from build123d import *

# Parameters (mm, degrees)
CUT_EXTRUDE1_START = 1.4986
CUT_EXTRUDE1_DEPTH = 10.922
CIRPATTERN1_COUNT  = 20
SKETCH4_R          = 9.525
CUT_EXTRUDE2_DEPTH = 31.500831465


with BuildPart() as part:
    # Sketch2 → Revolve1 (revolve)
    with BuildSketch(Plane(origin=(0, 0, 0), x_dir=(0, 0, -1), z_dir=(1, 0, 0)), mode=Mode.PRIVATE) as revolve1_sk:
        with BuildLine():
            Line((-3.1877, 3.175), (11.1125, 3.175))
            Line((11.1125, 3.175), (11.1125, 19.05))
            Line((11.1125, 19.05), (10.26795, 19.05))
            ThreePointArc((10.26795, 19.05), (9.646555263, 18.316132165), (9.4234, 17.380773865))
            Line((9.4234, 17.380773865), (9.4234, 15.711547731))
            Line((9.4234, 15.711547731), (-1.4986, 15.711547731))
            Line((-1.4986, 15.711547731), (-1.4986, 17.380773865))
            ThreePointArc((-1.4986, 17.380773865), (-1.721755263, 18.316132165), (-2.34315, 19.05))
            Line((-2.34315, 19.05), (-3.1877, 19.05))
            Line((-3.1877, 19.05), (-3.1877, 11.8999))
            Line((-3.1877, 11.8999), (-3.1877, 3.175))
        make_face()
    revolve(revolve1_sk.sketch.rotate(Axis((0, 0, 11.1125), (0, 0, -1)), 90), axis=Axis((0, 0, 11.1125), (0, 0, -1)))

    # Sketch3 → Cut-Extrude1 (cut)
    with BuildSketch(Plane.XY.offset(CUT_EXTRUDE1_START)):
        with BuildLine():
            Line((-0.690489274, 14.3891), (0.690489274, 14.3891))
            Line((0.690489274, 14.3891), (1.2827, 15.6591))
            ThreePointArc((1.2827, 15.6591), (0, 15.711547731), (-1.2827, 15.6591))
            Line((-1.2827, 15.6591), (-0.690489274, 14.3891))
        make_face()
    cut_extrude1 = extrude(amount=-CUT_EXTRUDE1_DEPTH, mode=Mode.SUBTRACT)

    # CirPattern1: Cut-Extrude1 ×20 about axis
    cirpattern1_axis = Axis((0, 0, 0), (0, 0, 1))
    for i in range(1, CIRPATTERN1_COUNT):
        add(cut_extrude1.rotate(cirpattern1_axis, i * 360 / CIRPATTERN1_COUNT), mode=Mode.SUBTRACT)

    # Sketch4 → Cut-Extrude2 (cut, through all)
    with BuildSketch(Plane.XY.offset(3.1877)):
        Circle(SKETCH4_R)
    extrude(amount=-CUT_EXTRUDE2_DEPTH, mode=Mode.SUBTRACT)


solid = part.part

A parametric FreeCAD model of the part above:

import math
import FreeCAD as App
import Part
import Sketcher
from FreeCAD import Vector
Q = App.Units.Quantity

doc = App.newDocument("Part")
body = doc.addObject("PartDesign::Body", "Body")

# Sketch on YZ plane
sketch1 = doc.addObject("Sketcher::SketchObject", "Sketch")
body.addObject(sketch1)
sketch1.AttachmentSupport = (doc.YZ_Plane, [""])
sketch1.MapMode = "FlatFace"
sketch1.addGeometry(Part.LineSegment(Vector(3.2, 3.2, 0), Vector(3.2, -11.1, 0)), False)
sketch1.addGeometry(Part.LineSegment(Vector(3.2, -11.1, 0), Vector(19.1, -11.1, 0)), False)
sketch1.addGeometry(Part.LineSegment(Vector(19.1, -11.1, 0), Vector(19.1, -10.3, 0)), False)
sketch1.addGeometry(Part.ArcOfCircle(Part.Circle(Vector(17.4, -11.5, 0), Vector(0, 0, 1), 2.1), math.radians(36), math.radians(90)), False)
sketch1.addGeometry(Part.LineSegment(Vector(17.4, -9.4, 0), Vector(15.7, -9.4, 0)), False)
sketch1.addGeometry(Part.LineSegment(Vector(15.7, -9.4, 0), Vector(15.7, 1.5, 0)), False)
sketch1.addGeometry(Part.LineSegment(Vector(15.7, 1.5, 0), Vector(17.4, 1.5, 0)), False)
sketch1.addGeometry(Part.ArcOfCircle(Part.Circle(Vector(17.4, 3.6, 0), Vector(0, 0, 1), 2.1), math.radians(-90), math.radians(-36)), False)
sketch1.addGeometry(Part.LineSegment(Vector(19.1, 2.3, 0), Vector(19.1, 3.2, 0)), False)
sketch1.addGeometry(Part.LineSegment(Vector(19.1, 3.2, 0), Vector(3.2, 3.2, 0)), False)
sketch1.addConstraint(Sketcher.Constraint("Coincident", 0, 2, 1, 1))
sketch1.addConstraint(Sketcher.Constraint("Coincident", 1, 2, 2, 1))
sketch1.addConstraint(Sketcher.Constraint("Coincident", 2, 2, 3, 1))
sketch1.addConstraint(Sketcher.Constraint("Tangent", 3, 2, 4, 1))
sketch1.addConstraint(Sketcher.Constraint("Coincident", 4, 2, 5, 1))
sketch1.addConstraint(Sketcher.Constraint("Coincident", 5, 2, 6, 1))
sketch1.addConstraint(Sketcher.Constraint("Tangent", 6, 2, 7, 1))
sketch1.addConstraint(Sketcher.Constraint("Coincident", 7, 2, 8, 1))
sketch1.addConstraint(Sketcher.Constraint("Coincident", 8, 2, 9, 1))
sketch1.addConstraint(Sketcher.Constraint("Coincident", 9, 2, 0, 1))
sketch1.addConstraint(Sketcher.Constraint("Vertical", 0))
sketch1.addConstraint(Sketcher.Constraint("Horizontal", 1))
sketch1.addConstraint(Sketcher.Constraint("Vertical", 2))
sketch1.addConstraint(Sketcher.Constraint("Horizontal", 4))
sketch1.addConstraint(Sketcher.Constraint("Vertical", 5))
sketch1.addConstraint(Sketcher.Constraint("Horizontal", 6))
sketch1.addConstraint(Sketcher.Constraint("Vertical", 8))
sketch1.addConstraint(Sketcher.Constraint("Horizontal", 9))
sketch1.addConstraint(Sketcher.Constraint("Equal", 3, 7))
sketch1.addConstraint(Sketcher.Constraint("Vertical", 3, 3, 7, 3))
sketch1.addConstraint(Sketcher.Constraint("Vertical", 2, 2, 7, 2))
sketch1.addConstraint(Sketcher.Constraint("Equal", 2, 8))
sketch1.addConstraint(Sketcher.Constraint("DistanceY", 5, 1, 5, 2, Q("0.43 in")))
sketch1.addConstraint(Sketcher.Constraint("DistanceX", 1, 1, 1, 2, Q("0.625 in")))
sketch1.addConstraint(Sketcher.Constraint("DistanceY", 0, 2, 0, 1, Q("0.563 in")))
sketch1.addConstraint(Sketcher.Constraint("DistanceX", -1, 1, 1, 2, Q("0.75 in")))
sketch1.addConstraint(Sketcher.Constraint("DistanceY", 0, 2, -1, 1, Q("0.4375 in")))
sketch1.addConstraint(Sketcher.Constraint("Radius", 3, Q("2.071861 mm")))
sketch1.addConstraint(Sketcher.Constraint("DistanceY", 2, 1, 2, 2, Q("0.84455 mm")))
sketch1.addConstraint(Sketcher.Constraint("DistanceX", 4, 2, 4, 1, Q("1.669226 mm")))
revolution = doc.addObject("PartDesign::Revolution", "Revolution")
body.addObject(revolution)
revolution.Profile = sketch1
revolution.ReferenceAxis = (sketch1, ["V_Axis"])
revolution.Angle = 360

# Sketch on XY plane
sketch2 = doc.addObject("Sketcher::SketchObject", "Sketch001")
body.addObject(sketch2)
sketch2.AttachmentSupport = (doc.XY_Plane, [""])
sketch2.MapMode = "FlatFace"
sketch2.AttachmentOffset = App.Placement(Vector(0, 0, 0.059 * 25.4), App.Rotation())
sketch2.addGeometry(Part.LineSegment(Vector(-0.7, 14.4, 0), Vector(0.7, 14.4, 0)), False)
sketch2.addGeometry(Part.LineSegment(Vector(0.7, 14.4, 0), Vector(1.3, 15.7, 0)), False)
sketch2.addGeometry(Part.ArcOfCircle(Part.Circle(Vector(0, 0, 0), Vector(0, 0, 1), 15.7), math.radians(85.32), math.radians(94.68)), False)
sketch2.addGeometry(Part.LineSegment(Vector(-1.3, 15.7, 0), Vector(-0.7, 14.4, 0)), False)
sketch2.addConstraint(Sketcher.Constraint("Coincident", 0, 2, 1, 1))
sketch2.addConstraint(Sketcher.Constraint("Coincident", 1, 2, 2, 1))
sketch2.addConstraint(Sketcher.Constraint("Coincident", 2, 2, 3, 1))
sketch2.addConstraint(Sketcher.Constraint("Coincident", 3, 2, 0, 1))
sketch2.addConstraint(Sketcher.Constraint("Horizontal", 0))
sketch2.addConstraint(Sketcher.Constraint("Coincident", 2, 3, -1, 1))
sketch2.addConstraint(Sketcher.Constraint("Horizontal", 1, 2, 2, 2))
sketch2.addConstraint(Sketcher.Constraint("Equal", 1, 3))
sketch2.addConstraint(Sketcher.Constraint("Angle", 1, Q("65 deg")))
sketch2.addConstraint(Sketcher.Constraint("DistanceY", 0, 2, 1, 2, Q("0.05 in")))
sketch2.addConstraint(Sketcher.Constraint("DistanceX", 2, 2, 1, 2, Q("0.101 in")))
sketch2.addConstraint(Sketcher.Constraint("DistanceY", -1, 1, 0, 2, Q("0.5665 in")))
pocket1 = doc.addObject("PartDesign::Pocket", "Pocket")
body.addObject(pocket1)
pocket1.Profile = sketch2
pocket1.Length = Q("0.43 in")
doc.recompute()

polarpattern = doc.addObject("PartDesign::PolarPattern", "PolarPattern")
body.addObject(polarpattern)
polarpattern.Originals = [pocket1]
polarpattern.Axis = (doc.Z_Axis, [""])
polarpattern.Angle = 360
polarpattern.Occurrences = 20
body.Tip = polarpattern

# Sketch on XY plane
sketch3 = doc.addObject("Sketcher::SketchObject", "Sketch002")
body.addObject(sketch3)
sketch3.AttachmentSupport = (doc.XY_Plane, [""])
sketch3.MapMode = "FlatFace"
sketch3.AttachmentOffset = App.Placement(Vector(0, 0, 0.1255 * 25.4), App.Rotation())
sketch3.addGeometry(Part.Circle(Vector(0, 0, 0), Vector(0, 0, 1), 10), False)
sketch3.addConstraint(Sketcher.Constraint("Coincident", 0, 3, -1, 1))
sketch3.addConstraint(Sketcher.Constraint("Diameter", 0, Q("0.75 in")))
pocket2 = doc.addObject("PartDesign::Pocket", "Pocket001")
body.addObject(pocket2)
pocket2.Profile = sketch3
pocket2.Type = "ThroughAll"

doc.recompute()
*-*-*
WORK ITEM. What lines in the data include the string "with"? Copy each one.

OUTPUT FOR THIS TASK.
with BuildPart() as part:
    with BuildSketch(Plane(origin=(0, 0, 0), x_dir=(0, 0, -1), z_dir=(1, 0, 0)), mode=Mode.PRIVATE) as revolve1_sk:
        with BuildLine():
    with BuildSketch(Plane.XY.offset(CUT_EXTRUDE1_START)):
        with BuildLine():
    with BuildSketch(Plane.XY.offset(3.1877)):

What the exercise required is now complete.